Advanced clicker training for calmness?

    • Gold Top Dog

    Advanced clicker training for calmness?

    This isn't really a dog thread, but I thought I'd put it here because it IS a training thread.

    I've got this rabbit that I rescued a few months ago. She'd had a pretty sub-par life when I got her, not much handling and the handling that she did get usually involved picking her up by the scruff of the neck. I mean, we know this can be a little rough with dogs, but rabbits are a small prey animal and when predators grab them, they usually grab them at the back of the neck. So Bonnie has been largely less open to handling than my wild hare for the past few months. She just wouldn't let me touch her at all. I'd been working on her with raisins as treats and had got her to the point that she would let me touch her nose and under her chin without getting offended and running away, but she still freaked out if my hand went above her eyes.

    A few weeks ago I started clicker training with her with the intention of trying to get through to her that it's okay for me to touch her. I especially wanted to be able to brush her because she's shedding right now. With 1 or 2 sessions of about a minute or 2 every day for the last few weeks, we've achieved what months of feeding her treats did not achieve. Last night she pushed her head into my hand and let me scratch right up around her ears, and the night before she let me brush her head. I'm so chuffed with her. It was a real warm and fuzzy moment, having her let me touch her like that for the first time ever.

    It worked so well with her that I'm thinking of trying it with the hare, Kit, to try to encourage him to be calmer. He's so touchy that I've had times when someone has done something stupid around him, like loomed over him, that's instilled a phobia in him that has taken months of careful work to get him over. I think I can use moving out of his space as a reward, seeing as he's often ambivalent about treats, but always very sensitive about his space.

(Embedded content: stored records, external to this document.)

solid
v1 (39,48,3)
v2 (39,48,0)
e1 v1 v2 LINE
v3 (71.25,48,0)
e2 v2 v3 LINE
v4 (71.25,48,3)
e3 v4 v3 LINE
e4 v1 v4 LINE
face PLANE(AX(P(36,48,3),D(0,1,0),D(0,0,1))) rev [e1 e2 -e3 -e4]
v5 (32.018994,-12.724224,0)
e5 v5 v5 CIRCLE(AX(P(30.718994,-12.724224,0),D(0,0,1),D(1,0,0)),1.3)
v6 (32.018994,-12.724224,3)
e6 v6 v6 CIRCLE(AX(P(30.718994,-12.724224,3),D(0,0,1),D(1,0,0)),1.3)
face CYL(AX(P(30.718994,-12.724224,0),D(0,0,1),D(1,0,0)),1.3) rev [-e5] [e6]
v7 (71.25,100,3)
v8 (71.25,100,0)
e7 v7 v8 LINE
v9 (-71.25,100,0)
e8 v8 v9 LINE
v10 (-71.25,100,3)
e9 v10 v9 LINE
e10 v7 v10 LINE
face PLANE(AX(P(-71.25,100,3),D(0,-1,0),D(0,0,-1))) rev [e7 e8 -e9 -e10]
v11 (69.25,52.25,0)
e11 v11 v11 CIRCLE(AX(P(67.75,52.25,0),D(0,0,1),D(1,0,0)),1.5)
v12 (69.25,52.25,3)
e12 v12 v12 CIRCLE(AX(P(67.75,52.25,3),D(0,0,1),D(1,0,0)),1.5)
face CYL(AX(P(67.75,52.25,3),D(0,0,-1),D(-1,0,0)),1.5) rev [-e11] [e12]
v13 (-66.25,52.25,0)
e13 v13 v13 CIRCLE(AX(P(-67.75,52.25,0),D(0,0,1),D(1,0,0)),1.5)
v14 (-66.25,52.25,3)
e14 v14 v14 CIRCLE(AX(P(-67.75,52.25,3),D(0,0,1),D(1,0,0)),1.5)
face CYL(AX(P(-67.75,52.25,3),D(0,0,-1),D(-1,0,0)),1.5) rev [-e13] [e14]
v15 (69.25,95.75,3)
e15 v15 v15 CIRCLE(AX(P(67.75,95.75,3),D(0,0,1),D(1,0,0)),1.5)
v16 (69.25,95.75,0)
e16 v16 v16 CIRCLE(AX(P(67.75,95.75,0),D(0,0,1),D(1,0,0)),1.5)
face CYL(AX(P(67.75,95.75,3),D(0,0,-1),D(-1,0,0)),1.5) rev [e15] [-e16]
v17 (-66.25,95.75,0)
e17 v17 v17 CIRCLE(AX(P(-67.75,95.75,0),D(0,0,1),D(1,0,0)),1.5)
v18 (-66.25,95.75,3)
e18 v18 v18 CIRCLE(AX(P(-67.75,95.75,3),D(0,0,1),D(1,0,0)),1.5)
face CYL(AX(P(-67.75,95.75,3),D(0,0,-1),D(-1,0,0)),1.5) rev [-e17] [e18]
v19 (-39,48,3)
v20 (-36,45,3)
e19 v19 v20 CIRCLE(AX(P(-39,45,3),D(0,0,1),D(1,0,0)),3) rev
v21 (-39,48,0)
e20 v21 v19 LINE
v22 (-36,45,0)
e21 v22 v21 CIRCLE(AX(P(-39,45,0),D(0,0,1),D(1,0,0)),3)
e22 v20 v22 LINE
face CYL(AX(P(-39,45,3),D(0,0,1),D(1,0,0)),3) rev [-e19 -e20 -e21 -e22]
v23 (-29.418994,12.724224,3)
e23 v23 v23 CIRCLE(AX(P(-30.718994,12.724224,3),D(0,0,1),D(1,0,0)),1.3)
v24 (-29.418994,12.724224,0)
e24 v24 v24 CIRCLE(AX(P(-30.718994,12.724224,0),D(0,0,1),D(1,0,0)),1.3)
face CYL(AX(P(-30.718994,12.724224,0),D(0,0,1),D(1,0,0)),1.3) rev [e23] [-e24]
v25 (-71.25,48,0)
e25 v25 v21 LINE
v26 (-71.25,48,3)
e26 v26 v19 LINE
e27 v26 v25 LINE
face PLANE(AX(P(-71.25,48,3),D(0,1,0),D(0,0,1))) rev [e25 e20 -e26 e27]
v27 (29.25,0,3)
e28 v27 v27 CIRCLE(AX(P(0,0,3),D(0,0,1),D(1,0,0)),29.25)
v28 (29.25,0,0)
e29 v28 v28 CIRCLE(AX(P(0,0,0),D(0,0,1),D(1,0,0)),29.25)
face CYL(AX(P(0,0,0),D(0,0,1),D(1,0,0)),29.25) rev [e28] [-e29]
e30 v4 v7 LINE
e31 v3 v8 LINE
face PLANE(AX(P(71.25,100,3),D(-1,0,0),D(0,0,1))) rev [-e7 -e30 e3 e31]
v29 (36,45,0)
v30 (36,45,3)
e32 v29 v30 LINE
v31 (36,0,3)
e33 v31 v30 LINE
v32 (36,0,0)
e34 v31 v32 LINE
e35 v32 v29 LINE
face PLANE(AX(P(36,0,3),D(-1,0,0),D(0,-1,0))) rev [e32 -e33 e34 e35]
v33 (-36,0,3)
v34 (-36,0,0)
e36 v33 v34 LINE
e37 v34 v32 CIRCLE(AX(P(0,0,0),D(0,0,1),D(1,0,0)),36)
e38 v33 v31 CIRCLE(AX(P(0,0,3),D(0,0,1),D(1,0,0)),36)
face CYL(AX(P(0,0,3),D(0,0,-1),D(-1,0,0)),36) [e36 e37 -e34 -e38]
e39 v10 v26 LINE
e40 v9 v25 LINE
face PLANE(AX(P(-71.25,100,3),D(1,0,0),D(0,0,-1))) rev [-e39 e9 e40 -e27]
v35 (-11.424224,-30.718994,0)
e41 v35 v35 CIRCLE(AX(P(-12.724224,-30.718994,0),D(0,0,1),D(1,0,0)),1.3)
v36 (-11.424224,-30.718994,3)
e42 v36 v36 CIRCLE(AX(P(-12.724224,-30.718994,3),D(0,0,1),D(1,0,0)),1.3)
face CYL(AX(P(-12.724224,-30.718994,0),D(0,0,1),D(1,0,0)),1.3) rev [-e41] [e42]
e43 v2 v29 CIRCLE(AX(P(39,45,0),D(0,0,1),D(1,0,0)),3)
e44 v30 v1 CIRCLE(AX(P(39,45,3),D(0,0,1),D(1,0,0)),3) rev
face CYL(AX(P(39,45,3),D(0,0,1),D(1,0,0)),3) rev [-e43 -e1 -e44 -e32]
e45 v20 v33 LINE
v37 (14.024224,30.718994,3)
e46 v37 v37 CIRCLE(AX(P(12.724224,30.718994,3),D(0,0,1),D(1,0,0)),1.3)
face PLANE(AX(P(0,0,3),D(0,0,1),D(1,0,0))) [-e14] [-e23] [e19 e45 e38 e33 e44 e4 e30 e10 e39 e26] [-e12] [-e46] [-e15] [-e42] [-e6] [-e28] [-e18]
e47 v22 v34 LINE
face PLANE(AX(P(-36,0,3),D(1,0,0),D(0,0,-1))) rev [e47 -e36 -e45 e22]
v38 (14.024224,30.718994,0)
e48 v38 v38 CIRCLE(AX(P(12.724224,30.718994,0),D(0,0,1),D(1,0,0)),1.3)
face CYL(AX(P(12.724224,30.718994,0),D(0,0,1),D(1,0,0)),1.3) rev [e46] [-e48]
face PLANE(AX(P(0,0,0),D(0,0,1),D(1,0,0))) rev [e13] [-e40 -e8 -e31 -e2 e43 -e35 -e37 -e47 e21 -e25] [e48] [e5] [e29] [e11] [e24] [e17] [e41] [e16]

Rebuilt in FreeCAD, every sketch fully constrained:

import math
import FreeCAD as App
import Part
import Sketcher


def edges_at(feature, points):
    """Names of the edges that pass closest to the given points."""
    edges = feature.Shape.Edges
    near = lambda p: min(range(len(edges)), key=lambda i: edges[i].distToShape(Part.Vertex(*p))[0])
    return sorted({f"Edge{near(p) + 1}" for p in points})

doc = App.newDocument("Part")
body = doc.addObject("PartDesign::Body", "Body")

# Sketch on XY plane
sketch1 = doc.addObject("Sketcher::SketchObject", "Sketch")
body.addObject(sketch1)
sketch1.AttachmentSupport = (doc.XY_Plane, [""])
sketch1.MapMode = "FlatFace"
sketch1.addGeometry([
    Part.LineSegment(App.Vector(-36, 48, 0), App.Vector(-36, 0, 0)),  # 0
    Part.ArcOfCircle(Part.Circle(App.Vector(0, 0, 0), App.Vector(0, 0, 1), 36), math.radians(180), math.radians(360)),  # 1
    Part.LineSegment(App.Vector(36, 0, 0), App.Vector(36, 48, 0)),  # 2
    Part.LineSegment(App.Vector(36, 48, 0), App.Vector(71.2, 48, 0)),  # 3
    Part.LineSegment(App.Vector(71.2, 48, 0), App.Vector(71.2, 100, 0)),  # 4
    Part.LineSegment(App.Vector(71.2, 100, 0), App.Vector(-71.2, 100, 0)),  # 5
    Part.LineSegment(App.Vector(-71.2, 100, 0), App.Vector(-71.2, 48, 0)),  # 6
    Part.LineSegment(App.Vector(-71.2, 48, 0), App.Vector(-36, 48, 0)),  # 7
    Part.Circle(App.Vector(67.8, 52.2, 0), App.Vector(0, 0, 1), 1.5),  # 8
    Part.Circle(App.Vector(-67.8, 52.2, 0), App.Vector(0, 0, 1), 1.5),  # 9
    Part.Circle(App.Vector(67.8, 95.8, 0), App.Vector(0, 0, 1), 1.5),  # 10
    Part.Circle(App.Vector(-67.8, 95.8, 0), App.Vector(0, 0, 1), 1.5),  # 11
], False)
sketch1.addConstraint([
    Sketcher.Constraint("Tangent", 0, 2, 1, 1),
    Sketcher.Constraint("Tangent", 1, 2, 2, 1),
    Sketcher.Constraint("Coincident", 2, 2, 3, 1),
    Sketcher.Constraint("Coincident", 3, 2, 4, 1),
    Sketcher.Constraint("Coincident", 4, 2, 5, 1),
    Sketcher.Constraint("Coincident", 5, 2, 6, 1),
    Sketcher.Constraint("Coincident", 6, 2, 7, 1),
    Sketcher.Constraint("Coincident", 7, 2, 0, 1),
    Sketcher.Constraint("Vertical", 0),
    Sketcher.Constraint("Vertical", 2),
    Sketcher.Constraint("Horizontal", 3),
    Sketcher.Constraint("Vertical", 4),
    Sketcher.Constraint("Horizontal", 5),
    Sketcher.Constraint("Vertical", 6),
    Sketcher.Constraint("Horizontal", 7),
    Sketcher.Constraint("Coincident", 1, 3, -1, 1),
    Sketcher.Constraint("Equal", 8, 9),
    Sketcher.Constraint("Equal", 9, 10),
    Sketcher.Constraint("Equal", 10, 11),
    Sketcher.Constraint("Symmetric", 8, 3, 9, 3, -2),
    Sketcher.Constraint("Symmetric", 10, 3, 11, 3, -2),
    Sketcher.Constraint("Symmetric", 3, 2, 6, 2, -2),
    Sketcher.Constraint("Vertical", 8, 3, 10, 3),
    Sketcher.Constraint("Diameter", 8, 3.0),
    Sketcher.Constraint("Radius", 1, 36.0),
    Sketcher.Constraint("DistanceY", 0, 2, 0, 1, 48.0),
    Sketcher.Constraint("DistanceY", 4, 1, 4, 2, 52.0),
    Sketcher.Constraint("DistanceX", 5, 2, 5, 1, 142.5),
    Sketcher.Constraint("DistanceX", 9, 3, 8, 3, 135.5),
    Sketcher.Constraint("DistanceY", 8, 3, 10, 3, 43.5),
    Sketcher.Constraint("DistanceY", -1, 1, 8, 3, 52.25),
])
pad1 = doc.addObject("PartDesign::Pad", "Pad")
body.addObject(pad1)
pad1.Profile = sketch1
pad1.Length = 3
doc.recompute()

fillet = doc.addObject("PartDesign::Fillet", "Fillet")
body.addObject(fillet)
fillet.Base = (pad1, edges_at(pad1, [(36, 48, 1.5), (-36, 48, 1.5)]))
fillet.Radius = 3

# Sketch on XY plane
sketch2 = doc.addObject("Sketcher::SketchObject", "Sketch001")
body.addObject(sketch2)
sketch2.AttachmentSupport = (doc.XY_Plane, [""])
sketch2.MapMode = "FlatFace"
sketch2.AttachmentOffset = App.Placement(App.Vector(0, 0, 3), App.Rotation())
sketch2.addGeometry([
    Part.Circle(App.Vector(0, 0, 0), App.Vector(0, 0, 1), 29.2),  # 0
    Part.Circle(App.Vector(12.7, 30.7, 0), App.Vector(0, 0, 1), 1.3),  # 1
    Part.Circle(App.Vector(30.7, -12.7, 0), App.Vector(0, 0, 1), 1.3),  # 2
    Part.Circle(App.Vector(-12.7, -30.7, 0), App.Vector(0, 0, 1), 1.3),  # 3
    Part.Circle(App.Vector(-30.7, 12.7, 0), App.Vector(0, 0, 1), 1.3),  # 4
], False)
sketch2.addConstraint([
    Sketcher.Constraint("Coincident", 0, 3, -1, 1),
    Sketcher.Constraint("Equal", 1, 2),
    Sketcher.Constraint("Equal", 2, 3),
    Sketcher.Constraint("Equal", 3, 4),
    Sketcher.Constraint("Symmetric", 1, 3, 3, 3, -1, 1),
    Sketcher.Constraint("Symmetric", 2, 3, 4, 3, -1, 1),
    Sketcher.Constraint("Diameter", 0, 58.5),
    Sketcher.Constraint("Diameter", 1, 2.6),
    Sketcher.Constraint("DistanceX", 1, 3, 2, 3, 17.99477),
    Sketcher.Constraint("DistanceY", 2, 3, 1, 3, 43.443219),
    Sketcher.Constraint("DistanceX", 3, 3, 2, 3, 43.443219),
    Sketcher.Constraint("DistanceY", 3, 3, 2, 3, 17.99477),
])
pocket1 = doc.addObject("PartDesign::Pocket", "Pocket")
body.addObject(pocket1)
pocket1.Profile = sketch2
pocket1.Length = 3

doc.recompute()
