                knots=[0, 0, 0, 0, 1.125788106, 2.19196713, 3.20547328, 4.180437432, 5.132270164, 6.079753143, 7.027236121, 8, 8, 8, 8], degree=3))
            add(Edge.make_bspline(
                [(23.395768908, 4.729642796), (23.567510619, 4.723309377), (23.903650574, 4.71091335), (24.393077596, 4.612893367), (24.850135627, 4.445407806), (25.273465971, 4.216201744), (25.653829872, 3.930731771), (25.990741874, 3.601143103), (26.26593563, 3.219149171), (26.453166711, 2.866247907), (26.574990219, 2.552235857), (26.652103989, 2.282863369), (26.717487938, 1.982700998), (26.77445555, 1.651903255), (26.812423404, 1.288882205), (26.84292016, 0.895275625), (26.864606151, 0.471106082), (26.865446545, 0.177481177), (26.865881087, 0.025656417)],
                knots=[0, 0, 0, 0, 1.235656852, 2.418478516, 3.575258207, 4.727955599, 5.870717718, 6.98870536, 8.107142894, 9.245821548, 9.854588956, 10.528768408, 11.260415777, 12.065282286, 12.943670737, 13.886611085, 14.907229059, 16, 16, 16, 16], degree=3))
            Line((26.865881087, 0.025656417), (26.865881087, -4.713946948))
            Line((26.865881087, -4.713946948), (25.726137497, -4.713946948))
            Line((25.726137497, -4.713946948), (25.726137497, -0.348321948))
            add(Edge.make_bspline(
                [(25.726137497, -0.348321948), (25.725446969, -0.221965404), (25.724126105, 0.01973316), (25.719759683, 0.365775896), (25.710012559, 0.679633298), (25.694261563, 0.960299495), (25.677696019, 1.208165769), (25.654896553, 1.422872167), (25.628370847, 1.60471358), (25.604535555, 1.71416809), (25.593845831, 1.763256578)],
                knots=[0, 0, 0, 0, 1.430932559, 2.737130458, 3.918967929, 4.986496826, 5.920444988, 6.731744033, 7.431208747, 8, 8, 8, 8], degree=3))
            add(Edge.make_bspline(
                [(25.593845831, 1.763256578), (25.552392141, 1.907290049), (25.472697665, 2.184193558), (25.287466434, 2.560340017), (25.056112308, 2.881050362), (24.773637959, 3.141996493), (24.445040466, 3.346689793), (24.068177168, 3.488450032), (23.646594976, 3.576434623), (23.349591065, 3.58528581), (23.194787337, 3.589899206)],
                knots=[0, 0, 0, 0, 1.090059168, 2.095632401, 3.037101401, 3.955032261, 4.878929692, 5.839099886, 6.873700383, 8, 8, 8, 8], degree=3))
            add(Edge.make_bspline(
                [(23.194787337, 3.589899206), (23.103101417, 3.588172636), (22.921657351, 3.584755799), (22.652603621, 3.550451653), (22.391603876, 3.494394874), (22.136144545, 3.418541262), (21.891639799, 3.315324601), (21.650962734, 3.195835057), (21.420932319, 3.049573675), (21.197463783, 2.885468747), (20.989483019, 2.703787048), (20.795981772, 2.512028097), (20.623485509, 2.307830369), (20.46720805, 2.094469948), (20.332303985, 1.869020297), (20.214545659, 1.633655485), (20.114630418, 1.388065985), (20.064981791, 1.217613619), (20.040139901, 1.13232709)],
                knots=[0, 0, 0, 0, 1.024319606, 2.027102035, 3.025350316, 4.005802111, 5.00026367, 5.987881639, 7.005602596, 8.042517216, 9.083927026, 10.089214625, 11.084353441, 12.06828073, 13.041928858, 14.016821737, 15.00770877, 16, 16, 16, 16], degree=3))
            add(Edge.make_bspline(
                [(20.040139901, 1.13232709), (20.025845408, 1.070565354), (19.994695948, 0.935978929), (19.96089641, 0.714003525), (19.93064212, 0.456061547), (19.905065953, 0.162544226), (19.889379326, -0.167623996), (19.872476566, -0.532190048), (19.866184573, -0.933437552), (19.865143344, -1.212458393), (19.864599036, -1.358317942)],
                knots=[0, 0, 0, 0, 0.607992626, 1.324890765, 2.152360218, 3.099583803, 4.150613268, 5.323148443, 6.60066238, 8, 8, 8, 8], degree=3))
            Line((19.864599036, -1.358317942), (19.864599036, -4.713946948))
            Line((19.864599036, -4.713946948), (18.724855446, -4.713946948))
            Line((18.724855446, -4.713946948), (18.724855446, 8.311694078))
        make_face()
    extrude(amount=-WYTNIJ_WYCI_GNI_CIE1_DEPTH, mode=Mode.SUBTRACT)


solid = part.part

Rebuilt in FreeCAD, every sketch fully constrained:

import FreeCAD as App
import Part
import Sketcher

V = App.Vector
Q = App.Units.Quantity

    I know there's a book called Click to Calm, but the stupid thing about living in Australia is that these books can be pretty hard to find. I've found a website that has it, but they charge a lot and I currently have no income, and I'm not sure it would help me with Kit. I'm wondering if anyone can give me some advice on how to proceed with Kit? Is it feasible to use moving out of his space as the reward? Because to do that, he'd have to be feeling nervous and anxious in the first place, so I can't clicker train when he's in a calm state of mind.
    • Gold Top Dog
    I'm not exactly sure what you're getting at, but you absolutely can use "anything the rabbit is willing to work for" as the reward.
    With dogs, for example, that are not food-motivated, you could use chasing a squirrel as the reward, or getting out the door, or a game of tug.  So, if moving out of a space is a "reward" or "reinforcer" for your rabbit, the answer would be "yes".  If moving out of the space is the desired behavior, then no.  The rabbit should get something *it* wants as a reward.  Was that a clear enough explanation?
    • Gold Top Dog
    I bought Click to Calm from Amazon.com - is there an Amazon site for Australia?
    • Gold Top Dog
    I'm not so sure Kit is willing to 'work for' anything on a reliable basis. I've taught him to stand on his hind legs for raisins, but if he doesn't feel like standing on his hind legs, he doesn't do it and isn't at all concerned that he gets no raisin.

    My target behaviour, I guess, is for him to relax. My idea is that by making the click a reliable predictor that pressure is going to be taken off him, he will learn to associate the click with relaxing. It could be a bit of a stretch, but I'm thinking that maybe I can improve his quality of life by teaching him to relax, if you like. He gets most frightened of unpredicatable things and is most comfortable in predictable situations. I have no idea if I can get through to him just by rewarding him by taking pressure off him, but I'd be interested to see if it helped him cope better with living in a very unnatural environment. Does that make better sense? Am I insane?

    Scout, we don't have an Amazon site, sadly. Maybe I can get my boyfriend to pick me up a copy, as he's in LA at the moment.
    • Gold Top Dog
    Oh please no raisins!!  Grapes and raisins are BAD for dogs and I can't recall why (old age?) but they can be quite dangerous.  Not sure if its the chemicals, the processing or what but maybe you could try craisens?  Those are dried cranberries and rather yummy....
    • Gold Top Dog
    Raisins can cause acute kidney failure - don't use them!!!!!!!!  
    • Gold Top Dog
    *giggles* Kit is a hare, not a dog. Grapes and bananas are addictive to rabbits and hares, so I'm careful with them anyway. My dog gets the odd raisin when she's about when I'm giving treats to the buns, but she far prefers dried apricots, as it happens.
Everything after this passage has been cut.